Collected data
□ □ □ □ □ □ □

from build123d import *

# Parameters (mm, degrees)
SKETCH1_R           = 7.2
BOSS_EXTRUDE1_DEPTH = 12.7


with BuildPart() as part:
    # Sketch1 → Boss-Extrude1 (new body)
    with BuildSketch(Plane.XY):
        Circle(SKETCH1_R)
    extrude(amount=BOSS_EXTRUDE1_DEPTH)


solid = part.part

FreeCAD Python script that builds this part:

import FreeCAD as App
import Part
import Sketcher

doc = App.newDocument("Part")
body = doc.addObject("PartDesign::Body", "Body")

# Sketch on XY plane
sketch1 = doc.addObject("Sketcher::SketchObject", "Sketch")
body.addObject(sketch1)
sketch1.AttachmentSupport = (doc.XY_Plane, [""])
sketch1.MapMode = "FlatFace"
sketch1.addGeometry(Part.Circle(App.Vector(0, 0, 0), App.Vector(0, 0, 1), 7), False)
sketch1.addConstraint([
    Sketcher.Constraint("Coincident", 0, 3, -1, 1),
    Sketcher.Constraint("Diameter", 0, 14.4),
])
pad1 = doc.addObject("PartDesign::Pad", "Pad")
body.addObject(pad1)
pad1.Profile = sketch1
pad1.Length = 12.7

doc.recompute()
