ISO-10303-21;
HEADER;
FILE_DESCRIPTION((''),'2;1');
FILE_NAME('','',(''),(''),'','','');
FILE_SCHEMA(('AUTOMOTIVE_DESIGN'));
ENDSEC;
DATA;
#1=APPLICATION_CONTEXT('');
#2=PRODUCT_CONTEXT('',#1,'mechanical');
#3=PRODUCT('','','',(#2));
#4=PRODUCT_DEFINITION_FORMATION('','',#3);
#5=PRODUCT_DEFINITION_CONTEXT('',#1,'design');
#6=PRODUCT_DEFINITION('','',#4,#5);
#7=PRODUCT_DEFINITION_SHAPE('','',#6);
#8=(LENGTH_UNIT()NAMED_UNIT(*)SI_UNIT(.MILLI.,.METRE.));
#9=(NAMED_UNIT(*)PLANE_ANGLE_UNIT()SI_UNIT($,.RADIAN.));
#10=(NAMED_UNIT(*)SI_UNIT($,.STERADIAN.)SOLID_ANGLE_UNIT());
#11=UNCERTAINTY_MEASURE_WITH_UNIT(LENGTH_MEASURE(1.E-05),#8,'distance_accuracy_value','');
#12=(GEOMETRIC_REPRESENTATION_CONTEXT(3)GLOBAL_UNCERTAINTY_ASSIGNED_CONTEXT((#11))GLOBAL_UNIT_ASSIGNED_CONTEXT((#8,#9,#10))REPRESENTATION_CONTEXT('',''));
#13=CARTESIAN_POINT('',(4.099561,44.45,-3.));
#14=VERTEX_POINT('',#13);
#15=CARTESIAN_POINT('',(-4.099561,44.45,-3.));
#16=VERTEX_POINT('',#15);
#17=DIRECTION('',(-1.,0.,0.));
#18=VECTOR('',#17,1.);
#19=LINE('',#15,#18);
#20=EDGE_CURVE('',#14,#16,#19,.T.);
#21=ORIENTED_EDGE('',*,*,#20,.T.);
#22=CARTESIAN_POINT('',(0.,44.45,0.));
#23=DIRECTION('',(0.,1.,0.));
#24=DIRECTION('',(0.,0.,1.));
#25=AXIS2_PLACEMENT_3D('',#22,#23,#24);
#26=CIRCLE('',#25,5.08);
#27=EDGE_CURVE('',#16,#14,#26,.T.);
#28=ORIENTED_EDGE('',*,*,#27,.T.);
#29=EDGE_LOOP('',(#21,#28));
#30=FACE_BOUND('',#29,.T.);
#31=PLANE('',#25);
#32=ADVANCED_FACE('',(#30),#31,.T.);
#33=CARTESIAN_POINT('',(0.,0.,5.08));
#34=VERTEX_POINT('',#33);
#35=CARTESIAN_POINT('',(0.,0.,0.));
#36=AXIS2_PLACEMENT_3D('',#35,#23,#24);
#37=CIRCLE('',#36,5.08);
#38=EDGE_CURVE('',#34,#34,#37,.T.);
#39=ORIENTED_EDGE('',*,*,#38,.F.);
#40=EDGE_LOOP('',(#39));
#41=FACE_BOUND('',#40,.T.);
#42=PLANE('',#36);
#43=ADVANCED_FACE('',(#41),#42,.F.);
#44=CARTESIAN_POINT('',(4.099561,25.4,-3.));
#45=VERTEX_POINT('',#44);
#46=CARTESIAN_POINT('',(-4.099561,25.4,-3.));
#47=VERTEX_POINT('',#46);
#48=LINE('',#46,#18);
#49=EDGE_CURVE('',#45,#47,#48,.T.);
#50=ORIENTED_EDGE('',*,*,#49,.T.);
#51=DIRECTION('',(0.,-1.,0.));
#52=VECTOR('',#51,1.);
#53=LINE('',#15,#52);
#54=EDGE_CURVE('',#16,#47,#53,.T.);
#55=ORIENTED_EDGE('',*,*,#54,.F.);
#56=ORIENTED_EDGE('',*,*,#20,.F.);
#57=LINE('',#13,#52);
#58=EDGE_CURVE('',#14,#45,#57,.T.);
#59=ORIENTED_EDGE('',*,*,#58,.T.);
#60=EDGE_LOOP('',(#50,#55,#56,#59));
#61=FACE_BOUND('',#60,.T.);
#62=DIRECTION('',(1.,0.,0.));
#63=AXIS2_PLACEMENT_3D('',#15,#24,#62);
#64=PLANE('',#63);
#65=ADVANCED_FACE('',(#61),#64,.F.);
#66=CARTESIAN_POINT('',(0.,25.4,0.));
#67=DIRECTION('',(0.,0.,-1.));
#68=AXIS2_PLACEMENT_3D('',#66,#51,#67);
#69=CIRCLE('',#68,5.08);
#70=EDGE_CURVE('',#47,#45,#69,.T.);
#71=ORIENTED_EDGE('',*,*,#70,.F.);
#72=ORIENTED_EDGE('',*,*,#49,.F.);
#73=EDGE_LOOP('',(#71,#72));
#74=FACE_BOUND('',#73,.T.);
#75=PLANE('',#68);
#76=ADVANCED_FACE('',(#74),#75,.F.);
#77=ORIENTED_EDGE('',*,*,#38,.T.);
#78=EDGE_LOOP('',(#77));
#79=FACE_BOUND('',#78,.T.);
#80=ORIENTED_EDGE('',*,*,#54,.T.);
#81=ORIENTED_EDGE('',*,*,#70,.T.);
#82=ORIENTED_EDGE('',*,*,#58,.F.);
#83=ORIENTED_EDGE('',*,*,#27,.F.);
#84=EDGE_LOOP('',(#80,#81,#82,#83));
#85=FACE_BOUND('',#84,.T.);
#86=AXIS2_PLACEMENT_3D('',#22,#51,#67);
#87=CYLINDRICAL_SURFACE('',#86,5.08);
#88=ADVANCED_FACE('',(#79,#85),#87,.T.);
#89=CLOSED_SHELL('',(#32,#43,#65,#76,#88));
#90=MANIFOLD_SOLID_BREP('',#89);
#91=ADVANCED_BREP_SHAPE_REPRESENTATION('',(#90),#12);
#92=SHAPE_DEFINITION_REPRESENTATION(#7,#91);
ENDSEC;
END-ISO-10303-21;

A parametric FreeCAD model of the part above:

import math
import FreeCAD as App
import Part
import Sketcher
from FreeCAD import Vector
Q = App.Units.Quantity

doc = App.newDocument("Part")
body = doc.addObject("PartDesign::Body", "Body")

sketch1 = doc.addObject("Sketcher::SketchObject", "Sketch")
body.addObject(sketch1)
sketch1.AttachmentSupport = (doc.XZ_Plane, [""])
sketch1.MapMode = "FlatFace"
sketch1.addGeometry([
    Part.LineSegment(Vector(4, -3, 0), Vector(-4, -3, 0)),
    Part.ArcOfCircle(Part.Circle(Vector(0, 0, 0), Vector(0, 0, 1), 5), math.radians(-36), math.radians(216)),
], False)
sketch1.addConstraint([
    Sketcher.Constraint("Coincident", 0, 1, 1, 1),
    Sketcher.Constraint("Coincident", 1, 2, 0, 2),
    Sketcher.Constraint("Horizontal", 0),
    Sketcher.Constraint("Coincident", 1, 3, -1, 1),
    Sketcher.Constraint("Radius", 1, Q("0.2 in")),
    Sketcher.Constraint("DistanceX", 0, 2, 0, 1, Q("0.3228001 in")),
])
pad1 = doc.addObject("PartDesign::Pad", "Pad")
body.addObject(pad1)
pad1.Profile = sketch1
pad1.Length = Q("1.75 in")
pad1.Reversed = True

sketch2 = doc.addObject("Sketcher::SketchObject", "Sketch001")
body.addObject(sketch2)
sketch2.AttachmentSupport = (doc.XZ_Plane, [""])
sketch2.MapMode = "FlatFace"
sketch2.addGeometry([
    Part.LineSegment(Vector(4, -3, 0), Vector(-4, -3, 0)),
    Part.ArcOfCircle(Part.Circle(Vector(0, 0, 0), Vector(0, 0, 1), 5), math.radians(-144), math.radians(-36)),
], False)
sketch2.addConstraint([
    Sketcher.Constraint("Coincident", 0, 1, 1, 2),
    Sketcher.Constraint("Coincident", 1, 1, 0, 2),
    Sketcher.Constraint("Horizontal", 0),
    Sketcher.Constraint("Coincident", 1, 3, -1, 1),
    Sketcher.Constraint("Radius", 1, Q("0.2 in")),
    Sketcher.Constraint("DistanceX", 0, 2, 0, 1, Q("0.3228001 in")),
])
pad2 = doc.addObject("PartDesign::Pad", "Pad001")
body.addObject(pad2)
pad2.Profile = sketch2
pad2.Length = Q("1 in")
pad2.Reversed = True

doc.recompute()
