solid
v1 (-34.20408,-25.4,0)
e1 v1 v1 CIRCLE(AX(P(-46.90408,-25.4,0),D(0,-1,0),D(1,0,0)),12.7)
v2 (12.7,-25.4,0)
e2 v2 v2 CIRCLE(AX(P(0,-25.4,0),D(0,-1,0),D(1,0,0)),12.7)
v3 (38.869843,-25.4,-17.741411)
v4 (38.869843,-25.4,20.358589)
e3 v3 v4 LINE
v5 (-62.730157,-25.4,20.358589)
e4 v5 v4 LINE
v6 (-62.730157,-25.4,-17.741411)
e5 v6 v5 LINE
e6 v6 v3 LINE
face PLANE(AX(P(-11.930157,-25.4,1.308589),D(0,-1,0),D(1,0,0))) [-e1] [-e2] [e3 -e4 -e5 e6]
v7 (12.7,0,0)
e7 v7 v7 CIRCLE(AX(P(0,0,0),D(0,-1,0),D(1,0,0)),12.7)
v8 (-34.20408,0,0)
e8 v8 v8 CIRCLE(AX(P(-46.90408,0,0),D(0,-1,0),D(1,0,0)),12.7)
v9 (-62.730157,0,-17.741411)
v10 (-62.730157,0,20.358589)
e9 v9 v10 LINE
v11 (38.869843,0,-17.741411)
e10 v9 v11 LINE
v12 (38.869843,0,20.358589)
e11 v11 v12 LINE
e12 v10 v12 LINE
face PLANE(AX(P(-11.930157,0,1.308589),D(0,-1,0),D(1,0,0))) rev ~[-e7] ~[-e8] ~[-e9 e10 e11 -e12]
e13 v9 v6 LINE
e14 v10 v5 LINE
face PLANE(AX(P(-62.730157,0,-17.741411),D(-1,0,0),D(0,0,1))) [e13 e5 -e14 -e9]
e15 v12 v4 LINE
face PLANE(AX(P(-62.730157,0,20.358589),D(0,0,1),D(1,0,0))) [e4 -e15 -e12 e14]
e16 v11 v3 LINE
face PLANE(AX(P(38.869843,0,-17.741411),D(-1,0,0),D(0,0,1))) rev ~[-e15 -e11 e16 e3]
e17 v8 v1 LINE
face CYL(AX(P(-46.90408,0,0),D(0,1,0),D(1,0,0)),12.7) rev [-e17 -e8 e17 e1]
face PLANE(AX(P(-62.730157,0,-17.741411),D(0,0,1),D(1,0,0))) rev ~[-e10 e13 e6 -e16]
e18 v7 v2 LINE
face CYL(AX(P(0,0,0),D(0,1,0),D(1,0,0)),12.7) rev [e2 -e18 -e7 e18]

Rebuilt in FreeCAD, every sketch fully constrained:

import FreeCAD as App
import Part
import Sketcher
from FreeCAD import Vector
Q = App.Units.Quantity


def add_polygon(sketch, points):
    """Adds a closed chain of lines whose ends are joined by coincident constraints."""
    first, n = sketch.GeometryCount, len(points)
    for a, b in zip(points, points[1:] + points[:1]):
        sketch.addGeometry(Part.LineSegment(App.Vector(*a, 0), App.Vector(*b, 0)), False)
    for i in range(n):
        sketch.addConstraint(Sketcher.Constraint("Coincident", first + i, 2, first + (i + 1) % n, 1))

doc = App.newDocument("Part")
params = doc.addObject("Spreadsheet::Sheet", "Params")
for row, (alias, value) in enumerate([
    ("sketch1_diameter", "1 in"),
    ("sketch1_width", "4 in"),
    ("sketch1_height", "1.5 in"),
    ("pad1_length", "1 in"),
], start=1):
    params.set(f"A{row}", alias)
    params.set(f"B{row}", "=" + value)
    params.setAlias(f"B{row}", alias)

body = doc.addObject("PartDesign::Body", "Body")

sketch1 = doc.addObject("Sketcher::SketchObject", "Sketch")
body.addObject(sketch1)
sketch1.AttachmentSupport = (doc.XZ_Plane, [""])
sketch1.MapMode = "FlatFace"
add_polygon(sketch1, [(-63, 20), (-63, -18), (39, -18), (39, 20)])
sketch1.addGeometry(Part.Circle(Vector(-47, 0, 0), Vector(0, 0, 1), 13), False)
sketch1.addGeometry(Part.Circle(Vector(0, 0, 0), Vector(0, 0, 1), 13), False)
sketch1.addConstraint([
    Sketcher.Constraint("Vertical", 0),
    Sketcher.Constraint("Horizontal", 1),
    Sketcher.Constraint("Vertical", 2),
    Sketcher.Constraint("Horizontal", 3),
    Sketcher.Constraint("Coincident", 5, 3, -1, 1),
    Sketcher.Constraint("Equal", 4, 5),
    Sketcher.Constraint("PointOnObject", 4, 3, -1),
    Sketcher.Constraint("Diameter", 4, Q("1 in")),
    Sketcher.Constraint("DistanceX", 1, 1, 1, 2, Q("4 in")),
    Sketcher.Constraint("DistanceY", 0, 2, 0, 1, Q("1.5 in")),
    Sketcher.Constraint("DistanceX", 4, 3, -1, 1, 46.90408),
    Sketcher.Constraint("DistanceY", 0, 2, -1, 1, 17.741411),
    Sketcher.Constraint("DistanceX", 0, 2, -1, 1, 62.730157),
])
sketch1.setExpression("Constraints[11]", "Params.sketch1_diameter")
sketch1.setExpression("Constraints[12]", "Params.sketch1_width")
sketch1.setExpression("Constraints[13]", "Params.sketch1_height")
pad1 = doc.addObject("PartDesign::Pad", "Pad")
body.addObject(pad1)
pad1.Profile = sketch1
pad1.setExpression("Length", "Params.pad1_length")

doc.recompute()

□ □ □ □ □ □ □

WHAT IS EXPECTED: Reproduce the entries exactly, starting at their first line and stopping after the line with "extrude(amount=BOSS_EXTRUDE1_DEPTH)".

EXERCISE SOLUTION:
from build123d import *

# Parameters (mm, degrees)
SKETCH1_R           = 7.2
BOSS_EXTRUDE1_DEPTH = 12.7


with BuildPart() as part:
    # Sketch1 → Boss-Extrude1 (new body)
    with BuildSketch(Plane.XY):
        Circle(SKETCH1_R)
    extrude(amount=BOSS_EXTRUDE1_DEPTH)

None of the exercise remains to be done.